Types of gradient-free methods

Main message

There are many different types of gradient-free optimizers, including genetic algorithms, particle swarm methods, approximated simplex methods, and more. The best method to use varies based on your problem formulation and desired outcome.

from IPython.display import YouTubeVideo; YouTubeVideo('Ed8isQvrQHk', width=1024, height=576)

Context

The focus of this course is not to explain the theory of each one of these methods in detail. Instead, I’ll briefly explain how the method works in practical terms, then comment on the types of problems or areas where this method works well.

There are so so many different types of gradient-free algorithms! I certainly can’t cover them all here. Chapter 7 in Engineering Design Optimization is all about gradient-free methods. In this lesson I’ll just introduce a few of them.

OpenMDAO offers interfaces to a slew of gradient-free methods, including a simple genetic algorithm, a differential evolution driver and any method wrapped by pyOptSparse or Scipy.

Genetic algorithms

Genetic algorithms (GAs), operate by constructing a bit-based representation of different designs and combining them in an evolutionary-esque manner.
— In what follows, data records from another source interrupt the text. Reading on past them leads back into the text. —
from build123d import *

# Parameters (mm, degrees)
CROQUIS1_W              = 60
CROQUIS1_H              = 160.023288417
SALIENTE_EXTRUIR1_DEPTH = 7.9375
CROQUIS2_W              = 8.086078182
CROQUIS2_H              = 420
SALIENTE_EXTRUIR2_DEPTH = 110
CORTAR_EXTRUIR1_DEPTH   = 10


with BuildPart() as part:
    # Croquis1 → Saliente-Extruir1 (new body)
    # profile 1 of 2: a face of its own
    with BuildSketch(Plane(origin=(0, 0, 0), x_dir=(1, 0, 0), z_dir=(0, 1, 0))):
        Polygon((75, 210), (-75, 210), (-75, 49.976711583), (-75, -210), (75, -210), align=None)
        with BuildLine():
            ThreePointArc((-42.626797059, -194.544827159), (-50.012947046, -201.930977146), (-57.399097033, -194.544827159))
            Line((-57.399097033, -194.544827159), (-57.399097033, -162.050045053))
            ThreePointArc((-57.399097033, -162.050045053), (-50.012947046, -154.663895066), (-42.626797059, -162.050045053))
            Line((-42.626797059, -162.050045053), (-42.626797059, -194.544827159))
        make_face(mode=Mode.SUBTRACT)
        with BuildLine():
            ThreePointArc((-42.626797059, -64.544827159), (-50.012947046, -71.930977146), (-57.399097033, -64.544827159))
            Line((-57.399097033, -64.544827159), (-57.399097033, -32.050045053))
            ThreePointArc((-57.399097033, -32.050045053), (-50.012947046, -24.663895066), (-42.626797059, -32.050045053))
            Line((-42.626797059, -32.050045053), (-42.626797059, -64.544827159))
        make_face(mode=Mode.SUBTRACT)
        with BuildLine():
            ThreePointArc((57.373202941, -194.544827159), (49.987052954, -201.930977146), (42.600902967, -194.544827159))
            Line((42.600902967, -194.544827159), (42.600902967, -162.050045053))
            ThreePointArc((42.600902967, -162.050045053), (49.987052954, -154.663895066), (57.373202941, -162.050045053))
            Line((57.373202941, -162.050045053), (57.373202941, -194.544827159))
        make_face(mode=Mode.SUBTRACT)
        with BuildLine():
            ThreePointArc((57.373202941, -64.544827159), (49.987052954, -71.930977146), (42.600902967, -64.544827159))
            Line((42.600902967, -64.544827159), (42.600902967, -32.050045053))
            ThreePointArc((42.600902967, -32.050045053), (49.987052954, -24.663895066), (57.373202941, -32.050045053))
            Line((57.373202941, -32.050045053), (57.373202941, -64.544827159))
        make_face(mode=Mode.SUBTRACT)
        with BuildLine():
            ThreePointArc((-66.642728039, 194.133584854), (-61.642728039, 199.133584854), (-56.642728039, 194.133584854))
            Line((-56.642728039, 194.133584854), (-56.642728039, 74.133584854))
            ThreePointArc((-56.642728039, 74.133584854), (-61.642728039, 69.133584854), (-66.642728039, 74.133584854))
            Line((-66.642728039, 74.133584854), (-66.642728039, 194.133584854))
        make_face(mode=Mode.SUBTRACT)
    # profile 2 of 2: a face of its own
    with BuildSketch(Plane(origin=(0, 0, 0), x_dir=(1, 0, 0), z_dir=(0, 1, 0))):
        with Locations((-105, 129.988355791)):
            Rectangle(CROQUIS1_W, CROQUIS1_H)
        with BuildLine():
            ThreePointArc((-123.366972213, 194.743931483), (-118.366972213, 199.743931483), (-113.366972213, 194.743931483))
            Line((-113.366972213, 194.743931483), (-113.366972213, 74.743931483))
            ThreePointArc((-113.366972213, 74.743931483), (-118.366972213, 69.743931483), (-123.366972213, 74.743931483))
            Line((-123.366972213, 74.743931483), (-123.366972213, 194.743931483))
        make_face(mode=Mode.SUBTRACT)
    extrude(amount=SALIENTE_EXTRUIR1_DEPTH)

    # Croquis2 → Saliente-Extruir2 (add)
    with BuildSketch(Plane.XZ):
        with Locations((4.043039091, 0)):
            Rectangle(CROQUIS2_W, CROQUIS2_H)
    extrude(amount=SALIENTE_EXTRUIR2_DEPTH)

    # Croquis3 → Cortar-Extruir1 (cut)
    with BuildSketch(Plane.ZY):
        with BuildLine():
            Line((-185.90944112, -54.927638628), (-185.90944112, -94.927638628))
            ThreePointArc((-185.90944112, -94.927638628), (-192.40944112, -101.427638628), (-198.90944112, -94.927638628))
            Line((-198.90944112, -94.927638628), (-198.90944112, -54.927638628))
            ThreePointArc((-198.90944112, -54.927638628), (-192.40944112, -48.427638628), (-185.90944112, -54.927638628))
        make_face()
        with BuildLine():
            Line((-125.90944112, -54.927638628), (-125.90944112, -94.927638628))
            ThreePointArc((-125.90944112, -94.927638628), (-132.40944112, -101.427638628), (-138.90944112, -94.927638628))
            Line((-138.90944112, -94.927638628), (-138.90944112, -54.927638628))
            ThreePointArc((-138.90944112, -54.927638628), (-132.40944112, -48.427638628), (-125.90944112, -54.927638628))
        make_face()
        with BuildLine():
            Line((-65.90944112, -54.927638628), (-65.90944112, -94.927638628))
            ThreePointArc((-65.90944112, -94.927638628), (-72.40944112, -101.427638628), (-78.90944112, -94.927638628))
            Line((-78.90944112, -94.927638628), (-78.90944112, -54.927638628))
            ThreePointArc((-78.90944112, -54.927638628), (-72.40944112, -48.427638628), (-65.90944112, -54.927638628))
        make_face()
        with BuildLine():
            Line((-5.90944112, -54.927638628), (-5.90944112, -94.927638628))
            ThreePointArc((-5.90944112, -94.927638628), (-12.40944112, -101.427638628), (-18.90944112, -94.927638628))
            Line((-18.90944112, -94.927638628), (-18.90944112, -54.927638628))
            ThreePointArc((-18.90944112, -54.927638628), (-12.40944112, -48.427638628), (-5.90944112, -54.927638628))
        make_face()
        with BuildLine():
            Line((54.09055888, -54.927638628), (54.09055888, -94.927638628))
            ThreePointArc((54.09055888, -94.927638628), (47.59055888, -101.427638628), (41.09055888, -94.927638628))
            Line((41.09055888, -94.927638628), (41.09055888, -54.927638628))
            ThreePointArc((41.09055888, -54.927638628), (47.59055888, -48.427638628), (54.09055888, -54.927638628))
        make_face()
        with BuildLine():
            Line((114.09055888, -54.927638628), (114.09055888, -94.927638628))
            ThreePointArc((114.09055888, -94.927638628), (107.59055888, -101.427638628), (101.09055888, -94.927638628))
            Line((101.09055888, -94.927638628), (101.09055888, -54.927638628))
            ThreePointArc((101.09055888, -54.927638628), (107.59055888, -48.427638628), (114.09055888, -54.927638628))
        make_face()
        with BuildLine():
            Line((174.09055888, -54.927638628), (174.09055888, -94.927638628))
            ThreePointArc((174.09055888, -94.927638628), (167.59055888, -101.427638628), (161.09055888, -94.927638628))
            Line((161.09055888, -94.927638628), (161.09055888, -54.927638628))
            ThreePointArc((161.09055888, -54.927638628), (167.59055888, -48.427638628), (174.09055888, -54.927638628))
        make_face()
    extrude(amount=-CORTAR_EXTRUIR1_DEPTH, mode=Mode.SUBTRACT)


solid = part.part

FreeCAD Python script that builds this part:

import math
import FreeCAD as App
import Part
import Sketcher

V = App.Vector

doc = App.newDocument("Part")
body = doc.addObject("PartDesign::Body", "Body")

sketch1 = body.newObject("Sketcher::SketchObject", "Sketch")
sketch1.AttachmentSupport = (doc.getObject("XZ_Plane"), [""])
sketch1.MapMode = "FlatFace"
sketch1.addGeometry([
    Part.LineSegment(V(75, -210, 0), V(-135, -210, 0)),
    Part.LineSegment(V(-135, -210, 0), V(-135, -50, 0)),
    Part.LineSegment(V(-135, -50, 0), V(-75, -50, 0)),
    Part.LineSegment(V(-75, -50, 0), V(-75, 210, 0)),
    Part.LineSegment(V(-75, 210, 0), V(75, 210, 0)),
    Part.LineSegment(V(75, 210, 0), V(75, -210, 0)),
    Part.LineSegment(V(-43, 162, 0), V(-43, 195, 0)),
    Part.ArcOfCircle(Part.Circle(V(-50, 195, 0), V(0, 0, 1), 7), math.radians(0), math.radians(180)),
    Part.LineSegment(V(-57, 195, 0), V(-57, 162, 0)),
    Part.ArcOfCircle(Part.Circle(V(-50, 162, 0), V(0, 0, 1), 7), math.radians(180), math.radians(360)),
    Part.LineSegment(V(-43, 32, 0), V(-43, 65, 0)),
    Part.ArcOfCircle(Part.Circle(V(-50, 65, 0), V(0, 0, 1), 7), math.radians(0), math.radians(180)),
    Part.LineSegment(V(-57, 65, 0), V(-57, 32, 0)),
    Part.ArcOfCircle(Part.Circle(V(-50, 32, 0), V(0, 0, 1), 7), math.radians(180), math.radians(360)),
    Part.LineSegment(V(57, 162, 0), V(57, 195, 0)),
    Part.ArcOfCircle(Part.Circle(V(50, 195, 0), V(0, 0, 1), 7), math.radians(0), math.radians(180)),
    Part.LineSegment(V(43, 195, 0), V(43, 162, 0)),
    Part.ArcOfCircle(Part.Circle(V(50, 162, 0), V(0, 0, 1), 7), math.radians(180), math.radians(360)),
    Part.LineSegment(V(57, 32, 0), V(57, 65, 0)),
    Part.ArcOfCircle(Part.Circle(V(50, 65, 0), V(0, 0, 1), 7), math.radians(0), math.radians(180)),
    Part.LineSegment(V(43, 65, 0), V(43, 32, 0)),
    Part.ArcOfCircle(Part.Circle(V(50, 32, 0), V(0, 0, 1), 7), math.radians(180), math.radians(360)),
    Part.LineSegment(V(-67, -74, 0), V(-67, -194, 0)),
    Part.ArcOfCircle(Part.Circle(V(-62, -194, 0), V(0, 0, 1), 5), math.radians(180), math.radians(360)),
    Part.LineSegment(V(-57, -194, 0), V(-57, -74, 0)),
    Part.ArcOfCircle(Part.Circle(V(-62, -74, 0), V(0, 0, 1), 5), math.radians(0), math.radians(180)),
    Part.ArcOfCircle(Part.Circle(V(-118, -195, 0), V(0, 0, 1), 5), math.radians(180), math.radians(360)),
    Part.LineSegment(V(-113, -195, 0), V(-113, -75, 0)),
    Part.ArcOfCircle(Part.Circle(V(-118, -75, 0), V(0, 0, 1), 5), math.radians(0), math.radians(180)),
    Part.LineSegment(V(-123, -75, 0), V(-123, -195, 0)),
], False)
sketch1.addConstraint([
    Sketcher.Constraint("Coincident", 0, 2, 1, 1),
    Sketcher.Constraint("Coincident", 1, 2, 2, 1),
    Sketcher.Constraint("Coincident", 2, 2, 3, 1),
    Sketcher.Constraint("Coincident", 3, 2, 4, 1),
    Sketcher.Constraint("Coincident", 4, 2, 5, 1),
    Sketcher.Constraint("Coincident", 5, 2, 0, 1),
    Sketcher.Constraint("Tangent", 6, 2, 7, 1),
    Sketcher.Constraint("Tangent", 7, 2, 8, 1),
    Sketcher.Constraint("Tangent", 8, 2, 9, 1),
    Sketcher.Constraint("Tangent", 9, 2, 6, 1),
    Sketcher.Constraint("Tangent", 10, 2, 11, 1),
    Sketcher.Constraint("Tangent", 11, 2, 12, 1),
    Sketcher.Constraint("Tangent", 12, 2, 13, 1),
    Sketcher.Constraint("Tangent", 13, 2, 10, 1),
    Sketcher.Constraint("Tangent", 14, 2, 15, 1),
    Sketcher.Constraint("Tangent", 15, 2, 16, 1),
    Sketcher.Constraint("Tangent", 16, 2, 17, 1),
    Sketcher.Constraint("Tangent", 17, 2, 14, 1),
    Sketcher.Constraint("Tangent", 18, 2, 19, 1),
    Sketcher.Constraint("Tangent", 19, 2, 20, 1),
    Sketcher.Constraint("Tangent", 20, 2, 21, 1),
    Sketcher.Constraint("Tangent", 21, 2, 18, 1),
    Sketcher.Constraint("Tangent", 22, 2, 23, 1),
    Sketcher.Constraint("Tangent", 23, 2, 24, 1),
    Sketcher.Constraint("Tangent", 24, 2, 25, 1),
    Sketcher.Constraint("Tangent", 25, 2, 22, 1),
    Sketcher.Constraint("Tangent", 26, 2, 27, 1),
    Sketcher.Constraint("Tangent", 27, 2, 28, 1),
    Sketcher.Constraint("Tangent", 28, 2, 29, 1),
    Sketcher.Constraint("Tangent", 29, 2, 26, 1),
    Sketcher.Constraint("Horizontal", 0),
    Sketcher.Constraint("Vertical", 1),
    Sketcher.Constraint("Horizontal", 2),
    Sketcher.Constraint("Vertical", 3),
    Sketcher.Constraint("Horizontal", 4),
    Sketcher.Constraint("Vertical", 5),
    Sketcher.Constraint("Vertical", 6),
    Sketcher.Constraint("Vertical", 8),
    Sketcher.Constraint("Vertical", 10),
    Sketcher.Constraint("Vertical", 12),
    Sketcher.Constraint("Vertical", 14),
    Sketcher.Constraint("Vertical", 16),
    Sketcher.Constraint("Vertical", 18),
    Sketcher.Constraint("Vertical", 20),
    Sketcher.Constraint("Vertical", 22),
    Sketcher.Constraint("Vertical", 24),
    Sketcher.Constraint("Vertical", 27),
    Sketcher.Constraint("Vertical", 29),
    Sketcher.Constraint("Equal", 9, 11),
    Sketcher.Constraint("Equal", 13, 15),
    Sketcher.Constraint("Equal", 17, 19),
    Sketcher.Constraint("Equal", 25, 26),
    Sketcher.Constraint("Symmetric", 3, 2, 5, 2, -1, 1),
    Sketcher.Constraint("Horizontal", 7, 3, 15, 3),
    Sketcher.Constraint("Horizontal", 9, 3, 17, 3),
    Sketcher.Constraint("Horizontal", 11, 3, 19, 3),
    Sketcher.Constraint("Horizontal", 13, 3, 21, 3),
    Sketcher.Constraint("Vertical", 9, 3, 11, 3),
    Sketcher.Constraint("Vertical", 17, 3, 19, 3),
    Sketcher.Constraint("Equal", 8, 10),
    Sketcher.Constraint("Equal", 24, 27),
    Sketcher.Constraint("Radius", 23, 5.0),
    Sketcher.Constraint("DistanceX", 0, 2, 0, 1, 210.0),
    Sketcher.Constraint("DistanceX", 2, 1, 2, 2, 60.0),
    Sketcher.Constraint("DistanceY", 5, 2, 5, 1, 420.0),
    Sketcher.Constraint("DistanceY", 22, 2, 22, 1, 120.0),
    Sketcher.Constraint("DistanceY", 11, 3, 7, 3, 130.0),
    Sketcher.Constraint("DistanceX", 7, 3, 15, 3, 100.0),
    Sketcher.Constraint("Radius", 7, 7.38615),
    Sketcher.Constraint("DistanceY", 1, 1, 1, 2, 160.023288),
    Sketcher.Constraint("DistanceY", 6, 1, 6, 2, 32.494782),
    Sketcher.Constraint("DistanceX", 23, 3, -1, 1, 61.642728),
    Sketcher.Constraint("DistanceY", 26, 3, -1, 1, 194.743931),
    Sketcher.Constraint("DistanceX", 23, 3, 13, 3, 11.629781),
    Sketcher.Constraint("DistanceY", 23, 3, 13, 3, 226.18363),
    Sketcher.Constraint("DistanceY", 26, 3, 11, 3, 259.288759),
    Sketcher.Constraint("DistanceX", 26, 3, -1, 1, 118.366972),
])
pad1 = body.newObject("PartDesign::Pad", "Pad")
pad1.Profile = sketch1
pad1.Length = 7.9375
pad1.Reversed = True

sketch2 = body.newObject("Sketcher::SketchObject", "Sketch001")
sketch2.AttachmentSupport = (doc.getObject("XZ_Plane"), [""])
sketch2.MapMode = "FlatFace"
sketch2.addGeometry([
    Part.LineSegment(V(0, 210, 0), V(0, -210, 0)),
    Part.LineSegment(V(0, -210, 0), V(8, -210, 0)),
    Part.LineSegment(V(8, -210, 0), V(8, 210, 0)),
    Part.LineSegment(V(8, 210, 0), V(0, 210, 0)),
], False)
sketch2.addConstraint([
    Sketcher.Constraint("Coincident", 0, 2, 1, 1),
    Sketcher.Constraint("Coincident", 1, 2, 2, 1),
    Sketcher.Constraint("Coincident", 2, 2, 3, 1),
    Sketcher.Constraint("Coincident", 3, 2, 0, 1),
    Sketcher.Constraint("Vertical", 0),
    Sketcher.Constraint("Horizontal", 1),
    Sketcher.Constraint("Vertical", 2),
    Sketcher.Constraint("Horizontal", 3),
    Sketcher.Constraint("Symmetric", 0, 2, 3, 2, -1, 1),
    Sketcher.Constraint("DistanceY", 0, 2, 0, 1, 420.0),
    Sketcher.Constraint("DistanceX", 1, 1, 1, 2, 8.086078),
])
pad2 = body.newObject("PartDesign::Pad", "Pad001")
pad2.Profile = sketch2
pad2.Length = 110

sketch3 = body.newObject("Sketcher::SketchObject", "Sketch002")
sketch3.AttachmentSupport = (doc.getObject("YZ_Plane"), [""])
sketch3.MapMode = "FlatFace"
sketch3.addGeometry([
    Part.LineSegment(V(-95, -186, 0), V(-55, -186, 0)),
    Part.ArcOfCircle(Part.Circle(V(-55, -192, 0), V(0, 0, 1), 6), math.radians(-90), math.radians(90)),
    Part.LineSegment(V(-55, -199, 0), V(-95, -199, 0)),
    Part.ArcOfCircle(Part.Circle(V(-95, -192, 0), V(0, 0, 1), 6), math.radians(90), math.radians(270)),
    Part.LineSegment(V(-95, -126, 0), V(-55, -126, 0)),
    Part.ArcOfCircle(Part.Circle(V(-55, -132, 0), V(0, 0, 1), 6), math.radians(-90), math.radians(90)),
Imagine a “generation” of 50 designs which are evaluated and then the best designed are combined together in some prescribed manner to get the next generation of 50 designs. The idea originated from crossing “genes” which describe a design, much like actual organisms. GAs are well-suited for discrete (integer or mixed-integer) problems.

Although GAs make intuitive sense as they follow the same idea as real-world evolution, they are not particularly efficient at exploring the design space of highly dimensional problems. To be clear, they converge relatively slowly given the number of function evaluations needed. However, they are useful for exploring a design space in an exhaustive and stochastic manner.

Particle swarm methods

Particle swarm optimization (PSO) methods iteratively solve problems by moving a swarm of designs (“particles”) around the design space until convergence is reached. As these points move through the design space, they have some notion of velocity and momentum that govern how the designs vary iteration by iteration.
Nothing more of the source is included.